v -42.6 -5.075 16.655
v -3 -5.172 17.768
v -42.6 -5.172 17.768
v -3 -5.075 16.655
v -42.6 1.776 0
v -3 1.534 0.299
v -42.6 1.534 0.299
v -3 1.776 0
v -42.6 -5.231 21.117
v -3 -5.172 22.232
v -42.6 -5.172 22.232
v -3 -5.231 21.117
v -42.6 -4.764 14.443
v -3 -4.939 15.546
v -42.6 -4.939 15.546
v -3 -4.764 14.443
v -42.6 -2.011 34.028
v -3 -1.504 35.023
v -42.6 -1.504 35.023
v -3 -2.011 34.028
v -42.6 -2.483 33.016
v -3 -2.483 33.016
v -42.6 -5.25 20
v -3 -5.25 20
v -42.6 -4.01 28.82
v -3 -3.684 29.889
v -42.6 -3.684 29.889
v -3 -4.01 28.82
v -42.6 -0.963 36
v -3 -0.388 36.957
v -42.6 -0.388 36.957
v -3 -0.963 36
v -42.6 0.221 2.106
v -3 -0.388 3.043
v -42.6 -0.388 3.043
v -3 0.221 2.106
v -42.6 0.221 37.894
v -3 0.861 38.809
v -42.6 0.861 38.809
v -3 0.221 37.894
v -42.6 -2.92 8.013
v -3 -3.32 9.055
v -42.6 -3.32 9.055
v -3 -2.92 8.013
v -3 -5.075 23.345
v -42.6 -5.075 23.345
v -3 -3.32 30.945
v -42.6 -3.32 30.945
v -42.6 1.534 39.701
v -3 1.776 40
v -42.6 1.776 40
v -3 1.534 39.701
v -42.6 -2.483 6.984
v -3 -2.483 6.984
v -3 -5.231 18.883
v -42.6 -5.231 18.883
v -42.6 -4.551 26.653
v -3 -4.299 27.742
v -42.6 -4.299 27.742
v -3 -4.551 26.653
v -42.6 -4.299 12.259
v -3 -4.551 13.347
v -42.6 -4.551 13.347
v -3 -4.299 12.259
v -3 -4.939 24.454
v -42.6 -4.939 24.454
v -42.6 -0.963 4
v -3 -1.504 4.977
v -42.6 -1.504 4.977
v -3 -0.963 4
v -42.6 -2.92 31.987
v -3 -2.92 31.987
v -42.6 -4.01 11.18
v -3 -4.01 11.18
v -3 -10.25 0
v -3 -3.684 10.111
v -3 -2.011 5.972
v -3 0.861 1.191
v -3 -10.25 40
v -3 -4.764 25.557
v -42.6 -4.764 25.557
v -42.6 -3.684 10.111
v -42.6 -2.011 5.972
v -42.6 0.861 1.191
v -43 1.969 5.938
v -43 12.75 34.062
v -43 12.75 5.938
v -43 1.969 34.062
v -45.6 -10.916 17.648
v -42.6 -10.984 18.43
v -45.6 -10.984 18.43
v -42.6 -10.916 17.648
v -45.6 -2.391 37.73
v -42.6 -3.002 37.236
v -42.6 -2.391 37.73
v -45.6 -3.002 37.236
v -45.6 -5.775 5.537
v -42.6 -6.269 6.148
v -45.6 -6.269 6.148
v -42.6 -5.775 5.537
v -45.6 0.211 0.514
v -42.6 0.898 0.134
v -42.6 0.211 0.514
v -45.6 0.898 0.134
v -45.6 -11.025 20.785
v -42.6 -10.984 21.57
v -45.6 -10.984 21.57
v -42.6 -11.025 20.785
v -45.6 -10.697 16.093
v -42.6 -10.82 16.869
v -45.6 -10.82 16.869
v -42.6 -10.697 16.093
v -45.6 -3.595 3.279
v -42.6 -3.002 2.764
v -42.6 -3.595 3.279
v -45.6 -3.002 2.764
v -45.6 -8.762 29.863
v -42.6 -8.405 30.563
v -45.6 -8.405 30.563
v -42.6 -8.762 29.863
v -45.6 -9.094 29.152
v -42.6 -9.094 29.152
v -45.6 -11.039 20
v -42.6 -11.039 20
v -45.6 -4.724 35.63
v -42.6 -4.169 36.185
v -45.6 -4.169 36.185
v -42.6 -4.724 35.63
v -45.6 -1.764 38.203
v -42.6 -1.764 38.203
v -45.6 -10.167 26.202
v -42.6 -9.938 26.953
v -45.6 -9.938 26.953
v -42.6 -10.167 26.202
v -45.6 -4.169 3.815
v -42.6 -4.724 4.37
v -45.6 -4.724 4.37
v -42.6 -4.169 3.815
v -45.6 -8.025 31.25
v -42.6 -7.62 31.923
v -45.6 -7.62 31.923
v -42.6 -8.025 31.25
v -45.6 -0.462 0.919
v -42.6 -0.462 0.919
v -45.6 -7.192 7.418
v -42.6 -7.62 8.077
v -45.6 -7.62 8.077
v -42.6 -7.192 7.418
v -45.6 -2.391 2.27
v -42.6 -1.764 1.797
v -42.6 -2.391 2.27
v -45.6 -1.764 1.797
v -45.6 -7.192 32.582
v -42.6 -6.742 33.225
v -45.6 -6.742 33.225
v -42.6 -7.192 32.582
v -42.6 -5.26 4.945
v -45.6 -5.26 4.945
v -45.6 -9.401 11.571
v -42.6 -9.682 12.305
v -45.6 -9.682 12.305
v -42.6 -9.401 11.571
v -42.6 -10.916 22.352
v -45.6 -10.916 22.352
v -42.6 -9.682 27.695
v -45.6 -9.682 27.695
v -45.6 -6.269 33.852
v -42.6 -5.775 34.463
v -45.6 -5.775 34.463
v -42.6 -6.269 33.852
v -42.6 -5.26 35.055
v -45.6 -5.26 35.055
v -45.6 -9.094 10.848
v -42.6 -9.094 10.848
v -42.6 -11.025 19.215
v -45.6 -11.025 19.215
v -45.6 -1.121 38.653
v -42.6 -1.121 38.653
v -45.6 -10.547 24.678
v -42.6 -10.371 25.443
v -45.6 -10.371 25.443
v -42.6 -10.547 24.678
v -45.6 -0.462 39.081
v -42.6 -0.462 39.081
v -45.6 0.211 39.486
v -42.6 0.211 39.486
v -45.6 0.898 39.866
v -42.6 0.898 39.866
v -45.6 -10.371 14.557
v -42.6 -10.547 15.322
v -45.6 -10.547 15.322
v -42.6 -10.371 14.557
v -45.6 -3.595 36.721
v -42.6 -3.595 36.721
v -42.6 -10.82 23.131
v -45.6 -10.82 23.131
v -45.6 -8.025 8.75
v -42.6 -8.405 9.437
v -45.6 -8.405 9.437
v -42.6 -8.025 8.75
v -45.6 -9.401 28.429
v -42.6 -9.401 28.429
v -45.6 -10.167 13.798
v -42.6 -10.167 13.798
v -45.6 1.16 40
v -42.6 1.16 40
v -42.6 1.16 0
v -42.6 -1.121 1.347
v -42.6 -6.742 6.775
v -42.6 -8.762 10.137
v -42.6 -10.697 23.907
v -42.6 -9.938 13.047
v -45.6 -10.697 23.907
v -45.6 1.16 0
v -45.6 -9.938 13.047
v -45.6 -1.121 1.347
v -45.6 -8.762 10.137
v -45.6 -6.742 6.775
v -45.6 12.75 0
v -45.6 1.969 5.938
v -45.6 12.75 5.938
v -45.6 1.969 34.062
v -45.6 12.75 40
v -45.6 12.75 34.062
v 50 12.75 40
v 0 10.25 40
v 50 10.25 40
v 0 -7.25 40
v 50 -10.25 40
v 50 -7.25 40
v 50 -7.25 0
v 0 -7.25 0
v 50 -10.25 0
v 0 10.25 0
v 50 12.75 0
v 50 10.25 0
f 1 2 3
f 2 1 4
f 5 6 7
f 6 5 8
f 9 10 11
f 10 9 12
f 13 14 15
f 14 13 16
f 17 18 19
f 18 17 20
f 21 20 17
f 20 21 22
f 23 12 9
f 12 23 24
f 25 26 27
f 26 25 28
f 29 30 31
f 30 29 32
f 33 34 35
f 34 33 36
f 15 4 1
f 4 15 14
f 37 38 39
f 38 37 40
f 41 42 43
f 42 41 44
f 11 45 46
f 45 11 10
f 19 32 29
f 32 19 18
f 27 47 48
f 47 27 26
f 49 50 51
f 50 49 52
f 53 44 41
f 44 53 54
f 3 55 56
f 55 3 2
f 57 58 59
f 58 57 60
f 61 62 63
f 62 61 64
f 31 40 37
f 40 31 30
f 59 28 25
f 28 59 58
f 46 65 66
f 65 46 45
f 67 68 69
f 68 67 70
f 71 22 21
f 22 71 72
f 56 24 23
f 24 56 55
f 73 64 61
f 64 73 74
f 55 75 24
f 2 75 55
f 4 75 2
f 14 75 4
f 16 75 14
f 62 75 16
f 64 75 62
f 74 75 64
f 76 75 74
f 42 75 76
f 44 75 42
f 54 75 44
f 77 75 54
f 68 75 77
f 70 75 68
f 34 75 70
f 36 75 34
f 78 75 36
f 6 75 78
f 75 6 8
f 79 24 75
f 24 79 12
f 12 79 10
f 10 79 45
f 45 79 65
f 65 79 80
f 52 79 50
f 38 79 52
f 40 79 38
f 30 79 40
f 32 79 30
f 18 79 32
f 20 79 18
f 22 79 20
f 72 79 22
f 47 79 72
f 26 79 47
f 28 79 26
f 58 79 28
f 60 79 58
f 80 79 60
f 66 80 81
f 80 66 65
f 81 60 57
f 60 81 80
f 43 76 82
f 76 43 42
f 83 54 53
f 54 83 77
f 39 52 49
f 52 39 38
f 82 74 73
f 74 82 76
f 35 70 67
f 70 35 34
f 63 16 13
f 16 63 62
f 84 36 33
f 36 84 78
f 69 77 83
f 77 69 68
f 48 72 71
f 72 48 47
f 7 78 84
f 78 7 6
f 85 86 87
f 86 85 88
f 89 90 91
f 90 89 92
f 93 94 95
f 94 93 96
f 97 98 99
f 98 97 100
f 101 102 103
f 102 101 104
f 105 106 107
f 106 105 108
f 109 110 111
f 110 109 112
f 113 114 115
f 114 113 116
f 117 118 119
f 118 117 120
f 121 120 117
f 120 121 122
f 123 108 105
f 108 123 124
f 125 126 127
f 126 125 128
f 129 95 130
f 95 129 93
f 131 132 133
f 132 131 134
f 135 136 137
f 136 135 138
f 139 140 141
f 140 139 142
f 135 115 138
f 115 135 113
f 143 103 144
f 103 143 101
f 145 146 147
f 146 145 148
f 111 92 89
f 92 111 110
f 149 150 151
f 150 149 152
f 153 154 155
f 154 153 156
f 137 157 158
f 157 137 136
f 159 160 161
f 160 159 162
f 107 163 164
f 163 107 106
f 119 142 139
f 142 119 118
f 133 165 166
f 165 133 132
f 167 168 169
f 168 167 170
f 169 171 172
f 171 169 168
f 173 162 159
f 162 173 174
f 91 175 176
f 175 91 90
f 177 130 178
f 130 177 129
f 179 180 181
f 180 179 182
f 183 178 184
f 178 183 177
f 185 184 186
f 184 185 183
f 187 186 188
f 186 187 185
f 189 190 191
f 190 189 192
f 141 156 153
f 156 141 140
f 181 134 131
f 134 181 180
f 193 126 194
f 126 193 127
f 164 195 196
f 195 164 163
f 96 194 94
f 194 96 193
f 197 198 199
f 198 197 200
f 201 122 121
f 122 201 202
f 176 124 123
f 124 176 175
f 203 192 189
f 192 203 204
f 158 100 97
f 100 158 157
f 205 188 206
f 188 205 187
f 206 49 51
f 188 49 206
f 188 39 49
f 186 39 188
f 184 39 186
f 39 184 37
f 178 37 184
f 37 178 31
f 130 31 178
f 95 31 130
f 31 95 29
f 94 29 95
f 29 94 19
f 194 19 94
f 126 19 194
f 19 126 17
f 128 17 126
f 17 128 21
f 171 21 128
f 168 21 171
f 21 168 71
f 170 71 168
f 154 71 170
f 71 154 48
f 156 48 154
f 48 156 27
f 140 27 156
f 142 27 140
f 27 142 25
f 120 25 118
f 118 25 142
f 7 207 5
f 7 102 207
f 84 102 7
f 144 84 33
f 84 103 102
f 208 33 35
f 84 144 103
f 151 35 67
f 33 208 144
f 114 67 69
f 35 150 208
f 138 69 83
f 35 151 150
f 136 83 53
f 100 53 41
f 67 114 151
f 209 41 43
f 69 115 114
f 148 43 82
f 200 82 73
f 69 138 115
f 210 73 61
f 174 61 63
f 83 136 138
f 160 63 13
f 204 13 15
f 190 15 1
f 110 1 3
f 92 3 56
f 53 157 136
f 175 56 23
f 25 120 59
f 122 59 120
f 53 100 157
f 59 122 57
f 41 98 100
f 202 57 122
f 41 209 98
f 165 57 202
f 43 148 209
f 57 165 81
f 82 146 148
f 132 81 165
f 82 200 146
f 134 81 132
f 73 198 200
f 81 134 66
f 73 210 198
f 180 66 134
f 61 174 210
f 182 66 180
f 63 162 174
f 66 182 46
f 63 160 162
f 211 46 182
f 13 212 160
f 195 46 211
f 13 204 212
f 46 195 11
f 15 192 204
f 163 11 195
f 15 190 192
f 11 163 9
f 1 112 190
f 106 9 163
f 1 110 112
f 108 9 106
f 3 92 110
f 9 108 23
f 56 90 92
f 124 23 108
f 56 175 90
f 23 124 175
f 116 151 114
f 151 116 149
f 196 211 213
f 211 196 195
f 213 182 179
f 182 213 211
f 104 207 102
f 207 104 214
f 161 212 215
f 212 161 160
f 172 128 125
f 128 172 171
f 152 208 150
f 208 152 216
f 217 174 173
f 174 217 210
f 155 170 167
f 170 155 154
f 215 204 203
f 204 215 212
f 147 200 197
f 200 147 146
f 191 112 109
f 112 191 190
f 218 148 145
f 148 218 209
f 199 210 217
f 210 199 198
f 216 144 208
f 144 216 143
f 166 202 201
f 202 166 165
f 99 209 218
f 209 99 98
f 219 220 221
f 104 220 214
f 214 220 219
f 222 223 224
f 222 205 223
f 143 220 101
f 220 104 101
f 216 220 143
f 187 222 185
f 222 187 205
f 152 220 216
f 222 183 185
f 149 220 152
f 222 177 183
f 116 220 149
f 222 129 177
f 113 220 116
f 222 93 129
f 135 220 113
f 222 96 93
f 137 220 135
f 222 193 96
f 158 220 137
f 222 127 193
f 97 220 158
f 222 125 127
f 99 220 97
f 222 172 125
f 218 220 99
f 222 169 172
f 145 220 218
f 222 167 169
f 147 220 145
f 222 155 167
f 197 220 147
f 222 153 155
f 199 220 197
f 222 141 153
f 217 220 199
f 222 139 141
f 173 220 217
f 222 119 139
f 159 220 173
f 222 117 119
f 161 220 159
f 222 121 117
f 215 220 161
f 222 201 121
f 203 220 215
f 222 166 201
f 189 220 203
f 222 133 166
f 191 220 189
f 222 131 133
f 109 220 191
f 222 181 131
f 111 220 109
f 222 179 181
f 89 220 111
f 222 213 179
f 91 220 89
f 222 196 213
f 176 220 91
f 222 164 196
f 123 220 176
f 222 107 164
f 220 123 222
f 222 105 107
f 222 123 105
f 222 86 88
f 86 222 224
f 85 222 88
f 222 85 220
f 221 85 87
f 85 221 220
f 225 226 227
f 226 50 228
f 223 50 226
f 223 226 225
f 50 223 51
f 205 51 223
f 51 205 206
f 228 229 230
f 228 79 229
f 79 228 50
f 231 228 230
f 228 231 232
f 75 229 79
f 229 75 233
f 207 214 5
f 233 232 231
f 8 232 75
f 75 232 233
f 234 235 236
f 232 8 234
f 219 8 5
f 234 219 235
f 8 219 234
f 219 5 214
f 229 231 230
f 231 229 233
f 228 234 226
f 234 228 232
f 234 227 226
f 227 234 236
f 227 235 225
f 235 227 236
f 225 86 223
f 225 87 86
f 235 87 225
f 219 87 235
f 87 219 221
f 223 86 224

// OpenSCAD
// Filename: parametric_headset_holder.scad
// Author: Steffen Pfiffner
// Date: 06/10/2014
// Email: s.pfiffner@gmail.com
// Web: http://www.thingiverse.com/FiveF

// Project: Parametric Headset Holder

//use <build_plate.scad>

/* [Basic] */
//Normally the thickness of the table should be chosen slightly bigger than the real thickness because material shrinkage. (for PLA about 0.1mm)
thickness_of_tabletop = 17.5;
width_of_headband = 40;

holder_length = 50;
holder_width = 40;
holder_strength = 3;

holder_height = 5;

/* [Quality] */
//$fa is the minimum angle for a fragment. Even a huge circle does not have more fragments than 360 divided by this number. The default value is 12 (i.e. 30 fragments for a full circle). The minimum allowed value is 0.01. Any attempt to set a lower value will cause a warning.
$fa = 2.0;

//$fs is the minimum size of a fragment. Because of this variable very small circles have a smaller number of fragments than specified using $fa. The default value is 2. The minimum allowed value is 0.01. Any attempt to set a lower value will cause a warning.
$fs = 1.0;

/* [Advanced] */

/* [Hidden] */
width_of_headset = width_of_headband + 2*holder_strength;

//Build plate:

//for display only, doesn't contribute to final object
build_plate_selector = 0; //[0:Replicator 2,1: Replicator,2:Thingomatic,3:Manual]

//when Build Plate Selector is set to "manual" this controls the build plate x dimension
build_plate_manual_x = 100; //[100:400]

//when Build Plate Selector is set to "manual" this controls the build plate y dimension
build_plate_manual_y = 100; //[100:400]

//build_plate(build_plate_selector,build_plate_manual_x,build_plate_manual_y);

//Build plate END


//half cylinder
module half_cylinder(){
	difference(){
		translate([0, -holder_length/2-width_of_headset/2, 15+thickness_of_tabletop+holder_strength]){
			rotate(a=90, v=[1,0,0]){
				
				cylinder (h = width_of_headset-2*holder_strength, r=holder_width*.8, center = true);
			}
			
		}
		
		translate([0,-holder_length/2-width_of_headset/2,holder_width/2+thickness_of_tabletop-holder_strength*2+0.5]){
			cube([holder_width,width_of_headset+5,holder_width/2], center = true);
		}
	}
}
━━━━
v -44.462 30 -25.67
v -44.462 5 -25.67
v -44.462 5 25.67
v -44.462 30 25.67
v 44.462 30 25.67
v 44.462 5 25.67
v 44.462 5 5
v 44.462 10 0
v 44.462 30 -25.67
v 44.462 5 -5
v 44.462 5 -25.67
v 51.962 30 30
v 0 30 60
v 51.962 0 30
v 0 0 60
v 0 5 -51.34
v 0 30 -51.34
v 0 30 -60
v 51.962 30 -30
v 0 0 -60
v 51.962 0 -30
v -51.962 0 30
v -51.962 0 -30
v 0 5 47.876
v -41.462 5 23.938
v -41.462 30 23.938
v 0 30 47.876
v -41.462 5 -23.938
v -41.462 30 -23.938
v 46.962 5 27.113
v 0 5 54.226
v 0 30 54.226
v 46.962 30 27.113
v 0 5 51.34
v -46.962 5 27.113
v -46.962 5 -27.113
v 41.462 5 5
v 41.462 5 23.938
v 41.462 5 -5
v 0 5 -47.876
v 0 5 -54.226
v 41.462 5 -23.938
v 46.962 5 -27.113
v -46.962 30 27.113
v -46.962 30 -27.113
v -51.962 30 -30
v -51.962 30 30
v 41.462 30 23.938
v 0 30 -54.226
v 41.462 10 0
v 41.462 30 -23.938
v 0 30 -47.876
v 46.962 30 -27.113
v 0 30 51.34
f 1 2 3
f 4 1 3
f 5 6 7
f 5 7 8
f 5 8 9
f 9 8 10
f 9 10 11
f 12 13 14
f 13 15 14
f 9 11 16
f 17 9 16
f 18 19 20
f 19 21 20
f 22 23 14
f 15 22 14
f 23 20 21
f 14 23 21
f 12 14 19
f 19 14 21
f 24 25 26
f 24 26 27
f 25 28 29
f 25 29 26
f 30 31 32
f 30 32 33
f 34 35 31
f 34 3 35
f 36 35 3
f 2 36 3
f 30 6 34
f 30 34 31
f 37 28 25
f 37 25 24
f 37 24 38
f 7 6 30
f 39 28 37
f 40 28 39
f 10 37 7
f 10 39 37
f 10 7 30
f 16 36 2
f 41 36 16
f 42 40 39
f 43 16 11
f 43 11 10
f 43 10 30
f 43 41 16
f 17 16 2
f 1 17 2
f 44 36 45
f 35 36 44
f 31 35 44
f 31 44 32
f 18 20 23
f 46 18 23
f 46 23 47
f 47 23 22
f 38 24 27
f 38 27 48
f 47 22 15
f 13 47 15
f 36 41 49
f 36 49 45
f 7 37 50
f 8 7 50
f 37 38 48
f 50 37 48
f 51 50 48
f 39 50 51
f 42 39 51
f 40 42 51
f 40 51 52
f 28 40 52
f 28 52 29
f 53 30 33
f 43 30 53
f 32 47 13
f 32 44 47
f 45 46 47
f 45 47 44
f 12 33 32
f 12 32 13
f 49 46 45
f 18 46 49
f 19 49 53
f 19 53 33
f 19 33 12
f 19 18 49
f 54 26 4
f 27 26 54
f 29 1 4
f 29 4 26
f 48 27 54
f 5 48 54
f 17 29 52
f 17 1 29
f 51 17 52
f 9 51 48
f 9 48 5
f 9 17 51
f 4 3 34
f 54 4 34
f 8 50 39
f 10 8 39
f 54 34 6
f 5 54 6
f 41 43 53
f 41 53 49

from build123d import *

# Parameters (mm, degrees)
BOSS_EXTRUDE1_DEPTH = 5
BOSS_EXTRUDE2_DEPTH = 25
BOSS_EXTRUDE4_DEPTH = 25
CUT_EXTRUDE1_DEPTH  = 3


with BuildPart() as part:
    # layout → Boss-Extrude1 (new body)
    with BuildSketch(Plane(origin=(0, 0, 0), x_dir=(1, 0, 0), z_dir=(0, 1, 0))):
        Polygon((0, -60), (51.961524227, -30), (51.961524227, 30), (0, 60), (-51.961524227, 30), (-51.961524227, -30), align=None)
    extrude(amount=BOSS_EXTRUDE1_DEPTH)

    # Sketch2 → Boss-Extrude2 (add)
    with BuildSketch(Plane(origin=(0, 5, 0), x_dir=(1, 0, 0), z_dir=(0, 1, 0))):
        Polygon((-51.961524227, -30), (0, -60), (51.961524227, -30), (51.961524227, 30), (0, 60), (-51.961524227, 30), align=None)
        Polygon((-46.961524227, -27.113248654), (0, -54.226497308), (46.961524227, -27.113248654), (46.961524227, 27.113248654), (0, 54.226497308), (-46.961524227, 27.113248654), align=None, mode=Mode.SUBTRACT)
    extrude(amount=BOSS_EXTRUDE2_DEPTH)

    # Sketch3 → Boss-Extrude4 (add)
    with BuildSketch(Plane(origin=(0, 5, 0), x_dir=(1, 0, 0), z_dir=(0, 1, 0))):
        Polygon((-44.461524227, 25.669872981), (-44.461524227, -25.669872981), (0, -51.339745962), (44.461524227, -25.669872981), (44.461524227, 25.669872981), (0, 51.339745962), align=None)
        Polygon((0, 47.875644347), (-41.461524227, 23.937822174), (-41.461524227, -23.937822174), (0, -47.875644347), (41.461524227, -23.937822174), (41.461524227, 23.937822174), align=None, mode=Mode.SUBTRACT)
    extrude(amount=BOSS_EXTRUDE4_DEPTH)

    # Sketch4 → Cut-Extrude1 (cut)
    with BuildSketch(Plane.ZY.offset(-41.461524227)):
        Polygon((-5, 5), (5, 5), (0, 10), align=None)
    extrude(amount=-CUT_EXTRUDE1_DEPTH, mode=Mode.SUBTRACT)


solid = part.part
━━━━
> [Your assignment]: Could you transcribe the entries above word for word, from the line with "v 41.462 5 5" down to the line with "v 0 30 51.34", keeping both?

> [Your response]:
v 41.462 5 5
v 41.462 5 23.938
v 41.462 5 -5
v 0 5 -47.876
v 0 5 -54.226
v 41.462 5 -23.938
v 46.962 5 -27.113
v -46.962 30 27.113
v -46.962 30 -27.113
v -51.962 30 -30
v -51.962 30 30
v 41.462 30 23.938
v 0 30 -54.226
v 41.462 10 0
v 41.462 30 -23.938
v 0 30 -47.876
v 46.962 30 -27.113
v 0 30 51.34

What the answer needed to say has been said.